I know a lot about the subject of depression. When I was a teenager, I came very close to suicide. I experienced tidal waves of self-loathing and black-enveloping blankets of depression for reasons that I didn’t understand until I realized later in life that it all came from being a child-victim of sexual assault. Somehow I muddled through and managed to self-medicate with journal writing and fantasy-fixations, thus avoiding a potentially serious alcohol or drug problem. This is connected to my main idea, despite the fact that I am obviously not following the no bird-walking advice. You see, with depression, Bad advice can kill you. Seriously, people want to tell you to just, “Get over it! Stop moping about and get on with life. It isn’t real. You are just being lazy.”
I have been on the inside of depression and I know for a fact that not taking it seriously can be deadly. In fact, I have faced suicidal depression not only in myself, but in several former students and even my own children. I have spent time in emergency rooms, mental hospitals, and therapists offices when I wasn’t myself the depression sufferer. One of my high school classmates and one of my former students lost their battles and now are no longer among the living. (Sorry, have to take a moment for tears again.) But I learned how to help a depression sufferer.

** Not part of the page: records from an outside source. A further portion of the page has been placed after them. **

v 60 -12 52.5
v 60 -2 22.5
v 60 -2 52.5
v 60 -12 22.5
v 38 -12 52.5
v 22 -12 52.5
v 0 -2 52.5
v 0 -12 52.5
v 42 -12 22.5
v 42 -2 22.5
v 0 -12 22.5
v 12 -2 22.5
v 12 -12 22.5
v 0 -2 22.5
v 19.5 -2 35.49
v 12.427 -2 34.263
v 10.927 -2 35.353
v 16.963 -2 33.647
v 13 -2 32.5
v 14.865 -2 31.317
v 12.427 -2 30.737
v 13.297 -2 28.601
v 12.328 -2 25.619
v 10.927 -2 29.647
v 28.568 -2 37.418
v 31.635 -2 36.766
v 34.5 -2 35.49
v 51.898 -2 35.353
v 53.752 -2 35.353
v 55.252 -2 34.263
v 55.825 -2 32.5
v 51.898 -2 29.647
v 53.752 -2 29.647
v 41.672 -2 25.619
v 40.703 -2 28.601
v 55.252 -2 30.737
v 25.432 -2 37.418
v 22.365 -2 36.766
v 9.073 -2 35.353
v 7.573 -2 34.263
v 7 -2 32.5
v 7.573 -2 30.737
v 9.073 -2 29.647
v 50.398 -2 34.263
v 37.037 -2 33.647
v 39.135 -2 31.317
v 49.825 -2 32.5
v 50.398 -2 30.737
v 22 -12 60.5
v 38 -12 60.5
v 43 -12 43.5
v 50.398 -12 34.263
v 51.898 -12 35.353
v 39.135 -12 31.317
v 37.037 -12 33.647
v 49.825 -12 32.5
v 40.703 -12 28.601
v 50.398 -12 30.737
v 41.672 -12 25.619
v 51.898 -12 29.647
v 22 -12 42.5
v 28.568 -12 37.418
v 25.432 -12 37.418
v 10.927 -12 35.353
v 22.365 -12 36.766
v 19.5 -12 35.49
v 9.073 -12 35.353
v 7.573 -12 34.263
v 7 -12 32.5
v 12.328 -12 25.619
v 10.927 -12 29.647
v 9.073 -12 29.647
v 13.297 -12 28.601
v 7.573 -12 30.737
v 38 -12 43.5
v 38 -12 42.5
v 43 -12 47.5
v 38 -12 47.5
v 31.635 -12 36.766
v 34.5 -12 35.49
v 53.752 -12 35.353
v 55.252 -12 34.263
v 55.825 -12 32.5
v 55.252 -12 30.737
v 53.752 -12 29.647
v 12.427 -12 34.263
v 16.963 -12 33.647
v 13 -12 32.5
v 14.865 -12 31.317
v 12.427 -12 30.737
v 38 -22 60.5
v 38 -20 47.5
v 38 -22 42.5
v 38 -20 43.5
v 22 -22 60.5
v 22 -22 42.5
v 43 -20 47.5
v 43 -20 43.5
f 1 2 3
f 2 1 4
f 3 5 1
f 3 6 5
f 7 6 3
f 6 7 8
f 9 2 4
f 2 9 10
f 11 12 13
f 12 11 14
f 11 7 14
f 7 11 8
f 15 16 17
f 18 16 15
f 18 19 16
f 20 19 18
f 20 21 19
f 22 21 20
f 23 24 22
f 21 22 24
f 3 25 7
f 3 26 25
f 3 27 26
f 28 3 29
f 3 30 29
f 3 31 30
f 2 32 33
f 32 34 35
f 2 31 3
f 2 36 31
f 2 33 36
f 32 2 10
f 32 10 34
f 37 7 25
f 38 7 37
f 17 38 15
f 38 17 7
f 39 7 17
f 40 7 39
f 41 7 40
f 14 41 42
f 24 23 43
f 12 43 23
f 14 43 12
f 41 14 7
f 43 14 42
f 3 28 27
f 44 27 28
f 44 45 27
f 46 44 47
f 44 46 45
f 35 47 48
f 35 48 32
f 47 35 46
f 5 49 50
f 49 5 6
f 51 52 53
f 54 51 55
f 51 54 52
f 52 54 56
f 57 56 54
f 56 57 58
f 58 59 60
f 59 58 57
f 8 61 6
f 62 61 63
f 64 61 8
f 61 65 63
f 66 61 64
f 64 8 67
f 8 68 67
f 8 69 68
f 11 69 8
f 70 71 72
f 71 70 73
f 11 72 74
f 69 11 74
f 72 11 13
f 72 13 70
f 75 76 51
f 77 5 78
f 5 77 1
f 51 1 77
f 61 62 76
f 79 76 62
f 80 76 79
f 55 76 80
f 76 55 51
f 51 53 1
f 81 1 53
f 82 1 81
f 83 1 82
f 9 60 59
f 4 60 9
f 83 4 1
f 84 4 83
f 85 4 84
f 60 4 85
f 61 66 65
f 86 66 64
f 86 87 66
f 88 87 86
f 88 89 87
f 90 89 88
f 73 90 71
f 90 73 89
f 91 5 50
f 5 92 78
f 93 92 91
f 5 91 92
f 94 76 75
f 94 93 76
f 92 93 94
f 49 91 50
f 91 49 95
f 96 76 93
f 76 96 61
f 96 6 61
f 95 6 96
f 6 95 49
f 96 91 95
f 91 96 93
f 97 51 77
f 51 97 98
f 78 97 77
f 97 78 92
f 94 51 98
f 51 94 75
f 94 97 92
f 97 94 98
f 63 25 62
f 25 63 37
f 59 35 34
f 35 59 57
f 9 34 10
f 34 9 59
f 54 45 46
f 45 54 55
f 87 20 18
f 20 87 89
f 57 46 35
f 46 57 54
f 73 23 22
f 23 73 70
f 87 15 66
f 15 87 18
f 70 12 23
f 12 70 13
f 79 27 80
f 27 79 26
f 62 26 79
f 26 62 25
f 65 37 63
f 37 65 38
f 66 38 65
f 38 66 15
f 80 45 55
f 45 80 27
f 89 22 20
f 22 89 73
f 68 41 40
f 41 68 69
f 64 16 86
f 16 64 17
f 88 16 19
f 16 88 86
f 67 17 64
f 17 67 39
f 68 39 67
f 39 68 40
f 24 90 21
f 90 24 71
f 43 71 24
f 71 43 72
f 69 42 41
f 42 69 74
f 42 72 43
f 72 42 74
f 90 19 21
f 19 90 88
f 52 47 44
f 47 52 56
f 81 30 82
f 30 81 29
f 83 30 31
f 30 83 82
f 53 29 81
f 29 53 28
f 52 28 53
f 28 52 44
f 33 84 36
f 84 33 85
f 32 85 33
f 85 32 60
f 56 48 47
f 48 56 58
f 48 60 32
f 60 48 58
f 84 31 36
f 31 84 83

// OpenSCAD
// Smartrap 2.0
// author : serge vieillescaze - smartfriendz
// version 1.9 - 12/09/2014

//variabless
plate_height = 7; // height of all plates
border = 5; // borders around holes for plates
rods_r = 3; // the radius of rods. we use diam 8 but ready to use d=6
M4_bool_r = 2.1; // we can adjust the diam of holes for different printers
bearing_holder_r = 7.5; // the holes for bearings on plates
bearing_holder_l = 24;
space_bet_holders = 10;
filament_r = 0.875; // 1,75  ready for 3mm
nema = 17; // used everywehere to change plate sizes 
linear_system = "fishing_line"; // future option for belt, fishing,printed rail
space_holes_electronics = 84; // adapt to different controlers. 
zrods_spaceX = 72.88;
yrods_spaceY = 62.04;
xrods_spaceX = 42.825;

// ---------  MAIN **************************************

//all();

// testing
//jhead_arm();

//xend_jhead();
translate([0,-12,22.5])
//jhead_arm();

xend_jhead_proxy();


//plate_1();

// draw all
module all(){
	base_center();
	translate([0,-50,0])
	base_y();
	translate([0,-30,45])
	plate_base();
	translate([20,-50,nema_size()[2]])
	plate_y();
	translate([0,50,100])
	plate_x();
	translate([0,0,100])
	xend_jhead();
}


module plate_1(){
	translate([0,0,0]) rotate([-90,0,0])
	xend_jhead();
	translate([90,0,0]) rotate([-90,0,0])
	jhead_arm();

}

// parts  ****************************************************




module bottom()
	difference(){		
		miniround([100,24,plate_height],2);
	translate([10,-10,-1]) 
		cube([80,25,10]); 
	translate([20,20,-1]) 
		cube([nema_size.x,10,10]);
	translate([15,28,4]) rotate([90,0,0])
		cylinder(h=20,r=M4_bool_r);
	translate([65,28,4]) rotate([90,0,0])
		cylinder(h=20,r=M4_bool_r);
	}
		


// plate base   ---------------------------------------------

module plate_base()
	difference(){
	miniround([100,60,plate_height],2);
	
	translate([10,20,(bearing_holder_r*2)-2]) 
	rotate([0,90,0])
		cylinder(h=bearing_holder_l,r=bearing_holder_r);
	translate([bearing_holder_l+space_bet_holders*2,20,(bearing_holder_r*2)-2]) 
	rotate([0,90,0])
		cylinder(h=bearing_holder_l,r=bearing_holder_r);
	}

// plate x  -------------------------------------------------

module plate_x()
	difference(){
		miniround([100,80,plate_height],2);
	translate([20,bearing_holder_l+space_bet_holders,(bearing_holder_r*2)-2]) 
	rotate([90,0,0])
		cylinder(h=bearing_holder_l,r=bearing_holder_r);
	translate([20,(bearing_holder_l+space_bet_holders)*2,(bearing_holder_r*2)-2]) 
	rotate([90,0,0])
		cylinder(h=bearing_holder_l,r=bearing_holder_r);
	translate([70,bearing_holder_l+space_bet_holders,(bearing_holder_r*2)-2]) 
	rotate([90,0,0])
		cylinder(h=bearing_holder_l,r=bearing_holder_r);
	translate([70,(bearing_holder_l+space_bet_holders)*2,(bearing_holder_r*2)-2]) 
	rotate([90,0,0])
		cylinder(h=bearing_holder_l,r=bearing_holder_r);
	}

// plate y --------------------------------------------------

module plate_y()
	difference(){
		miniround([60,40,plate_height],2);
	translate([10,10,(bearing_holder_r*2)-2]) 
	rotate([0,90,0])
		cylinder(h=bearing_holder_l,r=bearing_holder_r);
	translate([44,10,(bearing_holder_r*2)-2]) 
	rotate([0,90,0])
		cylinder(h=bearing_holder_l,r=bearing_holder_r);
	}



// xend - jhead type  ----------------------------------------

xend_width = 60;
xend_pushfit = false;

//xrods_spaceX

module xend_jhead()
	difference(){
		union(){
			cube([xend_width,10,30]); //main
			translate([5,-10,30]) 
				cube([5,20,16]); // switch support
			translate([xend_width,10,30]) rotate([90,0,0])
				cylinder(h=10,r=7); 
		}
			translate([xend_width,11,30])  rotate([90,0,0]) 
					cylinder(h=12,r=1.6);  // hole righ
			translate([xend_width/2-3,11,0])  rotate([90,0,0]) 
					cylinder(h=12,r=15);  // hole middle
			
			translate([10,11,10])  rotate([90,0,0]) 
					cylinder(h=12,r=rods_r); // rods hole
			translate([10+xrods_spaceX,11,10])  rotate([90,0,0]) 
					cylinder(h=12,r=rods_r); // rods hole
			translate([0,-10,30])  rotate([0,90,0]) 
					cylinder(h=12,r=10); // switch support form


	}

// xend_jhead_proxy  : new end with proxymity sensor.

proxy_d = 18;


module xend_jhead_proxy(){
	difference(){
		union(){
			cube([xend_width,10,30]); //main
			
			translate([22,-10,20]) 
				cube([16,10,18]); // head support

			// support top for bowden
			if(!xend_pushfit){
				translate([33,-8,21]) 
				cube([10,8,4]);
			}

			// two middle cyl for head attach
			translate([30,10,10]) rotate([90,0,0])
				cylinder(h=10,r=5); 
			translate([46,10,10]) rotate([90,0,0])
				cylinder(h=10,r=5);
			
			
		}
			
		translate([xend_width/2-3,11,0])  rotate([90,0,0]) 
				cylinder(h=12,r=15);  // hole middle
		
		translate([10,11,10])  rotate([90,0,0]) 
				cylinder(h=12,r=rods_r); // rods hole
		translate([10+xrods_spaceX,11,10])  rotate([90,0,0]) 
				cylinder(h=12,r=rods_r); // rods hole


	}
}


// jhead arm   ----------------------------------------------

jha_height = 7;


module jhead_arm()
	difference(){
		union(){
			cube([xend_width,10,jha_height]); //main
			translate([30,0,jha_height]) 
				cube([16,10,18]); // head support
			translate([xend_width,10,jha_height]) rotate([90,0,0])
				cylinder(h=10,r=7); // right cyl form
			// two middle cyl for head attach
			translate([30,10,10]) rotate([90,0,0])
				cylinder(h=10,r=5); 
			translate([46,10,10]) rotate([90,0,0])
				cylinder(h=10,r=5);
			// support top for bowden
			if(!xend_pushfit){
				translate([33,-8,21]) 
				cube([10,8,4]);
			}
			
				
		}
		// three cyl for main hole vertical . 38 = 30 + 16/2
		union() {
			translate([38,0,-1]) 
				cylinder(h=10.1,r=6);
			translate([38,0,9]) 
				cylinder(h=4.1,r=5);
			translate([38,0,13]) 
				cylinder(h=8,r=6);
		}
		 // cyl + cube for bowden support hole
		union() {
			translate([38,0,20]) 
				cylinder(h=10.1,r=2);
			translate([36,-10,20]) 
			cube([4,10,5.1]);
		}
		translate([xend_width,11,7])  rotate([90,0,0]) 
				cylinder(h=12,r=1.6);  // hole righ
	}

// jhead attach  -------------------------------------------------------

module jhead_attach()
	{

	}


//   xend  back -------------------------------------------------------

module xend_back()
	difference(){
		miniround([100,60,plate_height],2);
	translate([10,-10,-1]) 
		cube([80,25,10]); 
	translate([15,28,4]) rotate([90,0,0])
		cylinder(h=20,r=2.1);
	}

//   yend front-------------------------------------------------------

module yend_front()
	difference(){
		miniround([100,60,plate_height],2);
	translate([10,-10,-1]) 
		cube([80,25,10]); 
	translate([15,28,4]) rotate([90,0,0])
		cylinder(h=20,r=2.1);
	}

//   tend  back -------------------------------------------------------

module yend_back()
	difference(){
		miniround([100,60,plate_height],2);
	translate([10,-10,-1]) 
		cube([80,25,10]); 
	translate([15,28,4]) rotate([90,0,0])
		cylinder(h=20,r=2.1);
	}



module bearingsholder_x()
	difference(){
		miniround([100,60,plate_height],2);
	translate([10,-10,-1]) 
		cube([80,25,10]); 
	translate([15,28,4]) rotate([90,0,0])
		cylinder(h=20,r=2.1);
	}

module bearingsholder_base_front()
	difference(){
		miniround([100,60,plate_height],2);
	translate([10,-10,-1]) 
		cube([80,25,10]); 
	translate([15,28,4]) rotate([90,0,0])
		cylinder(h=20,r=2.1);
	}

module bearingsholder_base_back()
	difference(){
		miniround([100,60,plate_height],2);
	translate([10,-10,-1]) 
		cube([80,25,10]); 
	translate([15,28,4]) rotate([90,0,0])
		cylinder(h=20,r=2.1);
	}

module fishingline_tensioner()
	difference(){
		miniround([100,60,plate_height],2);
	translate([10,-10,-1]) 
		cube([80,25,10]); 
	translate([15,28,4]) rotate([90,0,0])
		cylinder(h=20,r=2.1);
	}





// lib -----------------------------

module miniround(size, radius)
{
$fn=6;
x = size[0]-radius/2;
y = size[1]-radius/2;

minkowski()
{
cube(size=[x,y,size[2]]);
cylinder(r=radius);
// Using a sphere is possible, but will kill performance
//sphere(r=radius);
}
}

module nema_bool()
{
 if(nema==17){
	
	union(){
		cube(42);
		translate([21,21,40])
		//rotate([0,90,0])
		cylinder(r=11,h=20);
		translate([5.5,5.5,40]) cylinder(r=1.6,h=20);
		translate([36.5,5.5,40]) cylinder(r=1.6,h=20);
		translate([5.5,36.5,40]) cylinder(r=1.6,h=20);
		translate([36.5,36.5,40]) cylinder(r=1.6,h=20);
		}
 }
 if(nema==14){
 cube(35);
 }
}

function nema_size()= (nema==17) ? [42,42,42] : [35,35,35];


module zrod(){
	//rotate([90,0,0])
	cylinder(r=rods_r,h=150);
}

You have to talk to them and make them listen at least to the part where you say, “I have been through this myself. Don’t give in to it. You can survive if you fight back. And whatever you have to do, I will be right here for you. You can talk to me about anything. I will listen. And I won’t try to give you any advice.” Of course, after you say that to them, you do not leave them alone. You stay by them and protect them from themselves, or make sure somebody that will do the same for them stays with them. So far, that last bit of advice has worked for me. But the fight can be life-long. And it is a critical battle.
So taking advice from others is always an adventure. Red pill? Green pill? Poison pill? Which will you take? I can’t decide for you. Any advice I give you would probably just be stupid advice. You have to weigh the evidence and decide for yourself. What does this stupid essay even mean? Isn’t it just a pile of stupid advice? A concluding paragraph should tell you the answer if it can. But, I fear, there is no answer this time.